Dataset section start

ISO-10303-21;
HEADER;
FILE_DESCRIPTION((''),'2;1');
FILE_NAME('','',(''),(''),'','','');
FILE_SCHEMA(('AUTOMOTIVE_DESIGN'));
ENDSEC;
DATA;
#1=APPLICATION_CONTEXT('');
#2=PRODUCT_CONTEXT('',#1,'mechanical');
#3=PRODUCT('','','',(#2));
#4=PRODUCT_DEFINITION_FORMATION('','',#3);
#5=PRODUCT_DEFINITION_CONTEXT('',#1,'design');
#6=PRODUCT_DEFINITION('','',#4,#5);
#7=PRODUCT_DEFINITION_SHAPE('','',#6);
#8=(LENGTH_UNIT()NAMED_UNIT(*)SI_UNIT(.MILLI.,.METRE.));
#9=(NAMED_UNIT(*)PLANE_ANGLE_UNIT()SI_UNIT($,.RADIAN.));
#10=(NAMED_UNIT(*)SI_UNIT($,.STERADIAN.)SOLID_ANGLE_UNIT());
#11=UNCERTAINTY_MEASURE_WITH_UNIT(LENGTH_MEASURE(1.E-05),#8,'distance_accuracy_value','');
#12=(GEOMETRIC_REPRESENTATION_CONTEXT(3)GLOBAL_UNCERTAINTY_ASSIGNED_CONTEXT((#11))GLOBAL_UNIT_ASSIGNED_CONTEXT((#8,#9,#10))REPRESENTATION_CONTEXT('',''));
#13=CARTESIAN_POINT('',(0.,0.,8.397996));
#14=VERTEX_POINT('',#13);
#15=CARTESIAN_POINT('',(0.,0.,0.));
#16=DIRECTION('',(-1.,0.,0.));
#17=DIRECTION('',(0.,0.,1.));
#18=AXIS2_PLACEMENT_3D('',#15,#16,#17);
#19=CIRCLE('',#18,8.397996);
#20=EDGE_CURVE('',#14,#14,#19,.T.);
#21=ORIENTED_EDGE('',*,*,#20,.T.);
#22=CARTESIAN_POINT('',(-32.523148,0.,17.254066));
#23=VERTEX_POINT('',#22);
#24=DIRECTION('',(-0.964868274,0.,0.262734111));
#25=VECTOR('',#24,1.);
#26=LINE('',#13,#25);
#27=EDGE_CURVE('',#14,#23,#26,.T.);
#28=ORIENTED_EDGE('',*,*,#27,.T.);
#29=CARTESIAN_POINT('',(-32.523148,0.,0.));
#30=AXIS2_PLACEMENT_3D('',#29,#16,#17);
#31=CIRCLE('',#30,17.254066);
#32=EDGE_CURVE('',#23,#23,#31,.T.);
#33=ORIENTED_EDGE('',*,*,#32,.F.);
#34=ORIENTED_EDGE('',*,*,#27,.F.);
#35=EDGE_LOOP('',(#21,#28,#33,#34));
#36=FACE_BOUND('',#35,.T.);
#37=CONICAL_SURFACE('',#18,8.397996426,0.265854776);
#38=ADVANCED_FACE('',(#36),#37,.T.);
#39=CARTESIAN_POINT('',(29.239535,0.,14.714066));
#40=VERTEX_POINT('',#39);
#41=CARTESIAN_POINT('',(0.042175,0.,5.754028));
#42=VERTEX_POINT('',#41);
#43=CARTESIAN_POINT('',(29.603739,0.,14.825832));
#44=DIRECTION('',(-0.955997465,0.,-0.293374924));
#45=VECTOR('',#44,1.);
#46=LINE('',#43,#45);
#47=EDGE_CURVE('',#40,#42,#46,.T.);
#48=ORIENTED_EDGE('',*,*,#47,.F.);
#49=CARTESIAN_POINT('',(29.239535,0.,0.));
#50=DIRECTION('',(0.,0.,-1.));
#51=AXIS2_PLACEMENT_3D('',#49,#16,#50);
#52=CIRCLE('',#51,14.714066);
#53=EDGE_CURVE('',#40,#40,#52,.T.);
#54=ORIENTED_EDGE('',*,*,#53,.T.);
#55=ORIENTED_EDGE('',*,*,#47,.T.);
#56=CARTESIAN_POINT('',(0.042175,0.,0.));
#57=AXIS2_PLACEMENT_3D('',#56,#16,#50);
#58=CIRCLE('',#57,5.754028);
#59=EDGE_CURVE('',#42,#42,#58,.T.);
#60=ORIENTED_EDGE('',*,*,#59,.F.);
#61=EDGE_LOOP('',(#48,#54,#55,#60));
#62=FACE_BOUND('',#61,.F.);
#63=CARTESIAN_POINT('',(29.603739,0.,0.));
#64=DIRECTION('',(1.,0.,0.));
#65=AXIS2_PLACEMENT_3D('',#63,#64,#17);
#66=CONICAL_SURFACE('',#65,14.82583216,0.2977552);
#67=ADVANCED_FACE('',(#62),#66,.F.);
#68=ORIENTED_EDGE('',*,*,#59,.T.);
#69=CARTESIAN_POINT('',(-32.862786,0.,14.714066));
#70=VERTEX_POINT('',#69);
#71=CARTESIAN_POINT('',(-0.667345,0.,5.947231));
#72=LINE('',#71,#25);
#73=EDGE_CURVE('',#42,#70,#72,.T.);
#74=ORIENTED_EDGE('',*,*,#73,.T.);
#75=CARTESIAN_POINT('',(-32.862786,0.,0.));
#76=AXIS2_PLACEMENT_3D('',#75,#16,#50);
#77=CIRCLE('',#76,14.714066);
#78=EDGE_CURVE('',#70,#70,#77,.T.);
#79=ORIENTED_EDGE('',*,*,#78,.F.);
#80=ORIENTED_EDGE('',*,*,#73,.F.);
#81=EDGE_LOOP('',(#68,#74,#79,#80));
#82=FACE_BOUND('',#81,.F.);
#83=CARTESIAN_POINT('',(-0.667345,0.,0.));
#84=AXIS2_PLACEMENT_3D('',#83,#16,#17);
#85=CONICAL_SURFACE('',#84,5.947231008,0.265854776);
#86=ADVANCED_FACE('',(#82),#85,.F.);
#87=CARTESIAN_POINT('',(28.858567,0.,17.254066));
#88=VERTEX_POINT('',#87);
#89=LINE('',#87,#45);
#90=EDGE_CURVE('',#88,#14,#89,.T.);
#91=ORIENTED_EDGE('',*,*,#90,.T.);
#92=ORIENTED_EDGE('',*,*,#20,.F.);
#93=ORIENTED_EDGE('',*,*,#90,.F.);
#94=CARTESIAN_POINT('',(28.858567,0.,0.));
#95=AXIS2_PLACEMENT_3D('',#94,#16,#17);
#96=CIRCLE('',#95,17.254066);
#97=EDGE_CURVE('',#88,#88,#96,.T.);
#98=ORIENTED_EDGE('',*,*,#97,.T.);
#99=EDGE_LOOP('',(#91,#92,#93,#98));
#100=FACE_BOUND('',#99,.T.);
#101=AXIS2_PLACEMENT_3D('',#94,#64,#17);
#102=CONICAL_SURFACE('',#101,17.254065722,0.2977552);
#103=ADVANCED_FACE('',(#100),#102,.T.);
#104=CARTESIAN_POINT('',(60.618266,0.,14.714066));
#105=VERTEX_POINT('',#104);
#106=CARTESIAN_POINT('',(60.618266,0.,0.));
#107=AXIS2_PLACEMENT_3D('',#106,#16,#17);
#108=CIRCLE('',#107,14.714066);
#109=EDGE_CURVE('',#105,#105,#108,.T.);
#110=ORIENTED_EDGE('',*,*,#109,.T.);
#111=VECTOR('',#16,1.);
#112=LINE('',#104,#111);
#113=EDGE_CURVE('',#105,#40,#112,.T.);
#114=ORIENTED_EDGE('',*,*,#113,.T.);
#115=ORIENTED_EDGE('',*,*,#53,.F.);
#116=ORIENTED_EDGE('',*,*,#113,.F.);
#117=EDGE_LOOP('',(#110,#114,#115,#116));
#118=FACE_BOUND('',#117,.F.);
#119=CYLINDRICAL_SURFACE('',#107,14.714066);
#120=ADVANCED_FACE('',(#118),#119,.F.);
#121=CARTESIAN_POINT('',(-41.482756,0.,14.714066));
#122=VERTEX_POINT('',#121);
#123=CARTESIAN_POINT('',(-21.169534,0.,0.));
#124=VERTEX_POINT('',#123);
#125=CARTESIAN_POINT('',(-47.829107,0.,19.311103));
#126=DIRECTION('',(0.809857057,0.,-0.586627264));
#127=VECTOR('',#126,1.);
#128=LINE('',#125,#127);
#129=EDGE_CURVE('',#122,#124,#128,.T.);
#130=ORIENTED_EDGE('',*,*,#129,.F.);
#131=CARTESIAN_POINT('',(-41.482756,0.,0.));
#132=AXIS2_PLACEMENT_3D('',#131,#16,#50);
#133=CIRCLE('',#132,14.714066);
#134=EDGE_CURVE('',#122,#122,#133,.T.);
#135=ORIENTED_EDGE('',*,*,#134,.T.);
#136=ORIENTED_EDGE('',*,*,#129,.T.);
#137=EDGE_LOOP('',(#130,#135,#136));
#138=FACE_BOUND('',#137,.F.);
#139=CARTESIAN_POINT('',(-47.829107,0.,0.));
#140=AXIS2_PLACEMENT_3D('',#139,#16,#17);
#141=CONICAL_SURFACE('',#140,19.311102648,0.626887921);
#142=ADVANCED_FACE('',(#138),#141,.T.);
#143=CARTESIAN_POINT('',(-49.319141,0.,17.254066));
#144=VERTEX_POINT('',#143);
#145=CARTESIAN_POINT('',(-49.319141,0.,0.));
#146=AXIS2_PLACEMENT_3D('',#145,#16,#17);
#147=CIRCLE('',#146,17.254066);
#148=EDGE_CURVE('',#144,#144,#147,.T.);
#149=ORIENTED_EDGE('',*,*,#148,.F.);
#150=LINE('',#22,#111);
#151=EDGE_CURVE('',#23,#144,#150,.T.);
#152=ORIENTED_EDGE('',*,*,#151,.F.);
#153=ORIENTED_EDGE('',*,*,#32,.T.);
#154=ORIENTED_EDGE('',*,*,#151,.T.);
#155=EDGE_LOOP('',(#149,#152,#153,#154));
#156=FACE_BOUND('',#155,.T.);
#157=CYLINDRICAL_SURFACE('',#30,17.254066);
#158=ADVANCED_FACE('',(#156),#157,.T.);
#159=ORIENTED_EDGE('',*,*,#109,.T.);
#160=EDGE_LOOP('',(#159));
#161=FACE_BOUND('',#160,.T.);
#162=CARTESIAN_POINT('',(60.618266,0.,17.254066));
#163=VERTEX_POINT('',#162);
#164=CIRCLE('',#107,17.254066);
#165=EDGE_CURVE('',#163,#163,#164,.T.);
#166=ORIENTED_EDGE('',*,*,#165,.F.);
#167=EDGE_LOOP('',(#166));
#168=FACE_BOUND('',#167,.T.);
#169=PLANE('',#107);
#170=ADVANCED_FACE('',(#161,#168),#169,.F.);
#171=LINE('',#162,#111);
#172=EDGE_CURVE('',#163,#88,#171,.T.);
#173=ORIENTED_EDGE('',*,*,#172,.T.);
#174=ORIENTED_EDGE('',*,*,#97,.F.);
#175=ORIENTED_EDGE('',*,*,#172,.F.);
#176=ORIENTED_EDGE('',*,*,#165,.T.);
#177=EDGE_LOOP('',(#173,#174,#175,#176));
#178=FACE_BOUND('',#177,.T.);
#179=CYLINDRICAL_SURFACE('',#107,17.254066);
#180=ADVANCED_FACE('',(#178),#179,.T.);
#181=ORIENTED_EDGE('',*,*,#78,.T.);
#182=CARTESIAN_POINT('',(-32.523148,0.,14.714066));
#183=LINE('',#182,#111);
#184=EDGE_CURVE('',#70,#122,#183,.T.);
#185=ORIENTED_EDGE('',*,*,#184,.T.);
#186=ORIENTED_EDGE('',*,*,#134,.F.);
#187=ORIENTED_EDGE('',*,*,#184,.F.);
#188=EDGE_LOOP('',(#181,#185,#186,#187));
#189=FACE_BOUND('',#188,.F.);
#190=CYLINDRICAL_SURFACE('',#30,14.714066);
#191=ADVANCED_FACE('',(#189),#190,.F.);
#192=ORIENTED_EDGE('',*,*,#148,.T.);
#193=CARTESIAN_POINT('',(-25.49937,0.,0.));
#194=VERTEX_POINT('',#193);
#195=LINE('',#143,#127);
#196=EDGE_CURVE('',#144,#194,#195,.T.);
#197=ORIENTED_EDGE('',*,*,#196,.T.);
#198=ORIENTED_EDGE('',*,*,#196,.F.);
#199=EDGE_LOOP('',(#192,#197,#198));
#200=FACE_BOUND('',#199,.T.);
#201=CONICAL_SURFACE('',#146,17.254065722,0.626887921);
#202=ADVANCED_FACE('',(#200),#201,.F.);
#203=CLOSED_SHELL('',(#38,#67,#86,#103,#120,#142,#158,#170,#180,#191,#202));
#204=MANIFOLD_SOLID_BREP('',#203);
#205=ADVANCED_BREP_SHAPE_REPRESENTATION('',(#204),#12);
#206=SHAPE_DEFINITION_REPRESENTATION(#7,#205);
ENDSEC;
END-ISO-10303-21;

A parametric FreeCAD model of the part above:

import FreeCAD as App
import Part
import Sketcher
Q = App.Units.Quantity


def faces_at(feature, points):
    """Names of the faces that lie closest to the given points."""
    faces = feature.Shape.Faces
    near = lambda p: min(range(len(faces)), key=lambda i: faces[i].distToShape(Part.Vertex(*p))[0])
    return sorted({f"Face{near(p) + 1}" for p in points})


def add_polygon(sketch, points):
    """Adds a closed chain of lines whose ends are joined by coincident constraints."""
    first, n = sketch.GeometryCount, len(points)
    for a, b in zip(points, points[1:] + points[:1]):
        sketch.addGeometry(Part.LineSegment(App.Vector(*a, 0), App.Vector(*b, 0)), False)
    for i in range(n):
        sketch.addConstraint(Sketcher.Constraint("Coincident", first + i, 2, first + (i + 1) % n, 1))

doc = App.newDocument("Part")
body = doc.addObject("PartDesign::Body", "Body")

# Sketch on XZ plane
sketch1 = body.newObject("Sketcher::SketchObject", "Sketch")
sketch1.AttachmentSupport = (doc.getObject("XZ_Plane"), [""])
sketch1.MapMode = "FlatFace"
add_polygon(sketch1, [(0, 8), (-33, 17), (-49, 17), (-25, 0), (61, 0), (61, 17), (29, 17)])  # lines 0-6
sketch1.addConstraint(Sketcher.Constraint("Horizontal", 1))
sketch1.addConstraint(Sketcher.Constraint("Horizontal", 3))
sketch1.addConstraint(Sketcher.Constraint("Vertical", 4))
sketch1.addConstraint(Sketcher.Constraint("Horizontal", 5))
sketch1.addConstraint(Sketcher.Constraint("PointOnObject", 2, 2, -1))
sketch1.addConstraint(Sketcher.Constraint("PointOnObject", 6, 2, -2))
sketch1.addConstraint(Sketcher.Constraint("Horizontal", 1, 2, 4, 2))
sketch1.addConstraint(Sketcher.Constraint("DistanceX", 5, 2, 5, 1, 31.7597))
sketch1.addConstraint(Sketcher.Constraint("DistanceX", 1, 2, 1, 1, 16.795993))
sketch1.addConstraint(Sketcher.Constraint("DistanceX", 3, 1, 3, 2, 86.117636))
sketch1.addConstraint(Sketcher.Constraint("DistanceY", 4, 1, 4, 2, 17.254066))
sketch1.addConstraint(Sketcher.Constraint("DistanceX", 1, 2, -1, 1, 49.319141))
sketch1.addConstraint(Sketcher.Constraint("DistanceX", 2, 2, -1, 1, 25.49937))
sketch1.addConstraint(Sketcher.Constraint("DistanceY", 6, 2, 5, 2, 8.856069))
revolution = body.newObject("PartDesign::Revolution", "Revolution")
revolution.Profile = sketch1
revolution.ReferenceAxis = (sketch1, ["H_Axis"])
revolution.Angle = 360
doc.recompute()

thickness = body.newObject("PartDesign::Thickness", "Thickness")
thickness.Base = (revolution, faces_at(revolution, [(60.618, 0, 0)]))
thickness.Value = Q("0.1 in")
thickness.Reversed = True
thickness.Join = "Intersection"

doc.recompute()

Dataset section end

*Task description:* From the records above, reproduce exactly the lines from the one with "#25=VECTOR('',#24,1.);" to the one with "#78=EDGE_CURVE('',#70,#70,#77,.T.);", both included, and no others.

*Written solution:*
#25=VECTOR('',#24,1.);
#26=LINE('',#13,#25);
#27=EDGE_CURVE('',#14,#23,#26,.T.);
#28=ORIENTED_EDGE('',*,*,#27,.T.);
#29=CARTESIAN_POINT('',(-32.523148,0.,0.));
#30=AXIS2_PLACEMENT_3D('',#29,#16,#17);
#31=CIRCLE('',#30,17.254066);
#32=EDGE_CURVE('',#23,#23,#31,.T.);
#33=ORIENTED_EDGE('',*,*,#32,.F.);
#34=ORIENTED_EDGE('',*,*,#27,.F.);
#35=EDGE_LOOP('',(#21,#28,#33,#34));
#36=FACE_BOUND('',#35,.T.);
#37=CONICAL_SURFACE('',#18,8.397996426,0.265854776);
#38=ADVANCED_FACE('',(#36),#37,.T.);
#39=CARTESIAN_POINT('',(29.239535,0.,14.714066));
#40=VERTEX_POINT('',#39);
#41=CARTESIAN_POINT('',(0.042175,0.,5.754028));
#42=VERTEX_POINT('',#41);
#43=CARTESIAN_POINT('',(29.603739,0.,14.825832));
#44=DIRECTION('',(-0.955997465,0.,-0.293374924));
#45=VECTOR('',#44,1.);
#46=LINE('',#43,#45);
#47=EDGE_CURVE('',#40,#42,#46,.T.);
#48=ORIENTED_EDGE('',*,*,#47,.F.);
#49=CARTESIAN_POINT('',(29.239535,0.,0.));
#50=DIRECTION('',(0.,0.,-1.));
#51=AXIS2_PLACEMENT_3D('',#49,#16,#50);
#52=CIRCLE('',#51,14.714066);
#53=EDGE_CURVE('',#40,#40,#52,.T.);
#54=ORIENTED_EDGE('',*,*,#53,.T.);
#55=ORIENTED_EDGE('',*,*,#47,.T.);
#56=CARTESIAN_POINT('',(0.042175,0.,0.));
#57=AXIS2_PLACEMENT_3D('',#56,#16,#50);
#58=CIRCLE('',#57,5.754028);
#59=EDGE_CURVE('',#42,#42,#58,.T.);
#60=ORIENTED_EDGE('',*,*,#59,.F.);
#61=EDGE_LOOP('',(#48,#54,#55,#60));
#62=FACE_BOUND('',#61,.F.);
#63=CARTESIAN_POINT('',(29.603739,0.,0.));
#64=DIRECTION('',(1.,0.,0.));
#65=AXIS2_PLACEMENT_3D('',#63,#64,#17);
#66=CONICAL_SURFACE('',#65,14.82583216,0.2977552);
#67=ADVANCED_FACE('',(#62),#66,.F.);
#68=ORIENTED_EDGE('',*,*,#59,.T.);
#69=CARTESIAN_POINT('',(-32.862786,0.,14.714066));
#70=VERTEX_POINT('',#69);
#71=CARTESIAN_POINT('',(-0.667345,0.,5.947231));
#72=LINE('',#71,#25);
#73=EDGE_CURVE('',#42,#70,#72,.T.);
#74=ORIENTED_EDGE('',*,*,#73,.T.);
#75=CARTESIAN_POINT('',(-32.862786,0.,0.));
#76=AXIS2_PLACEMENT_3D('',#75,#16,#50);
#77=CIRCLE('',#76,14.714066);
#78=EDGE_CURVE('',#70,#70,#77,.T.);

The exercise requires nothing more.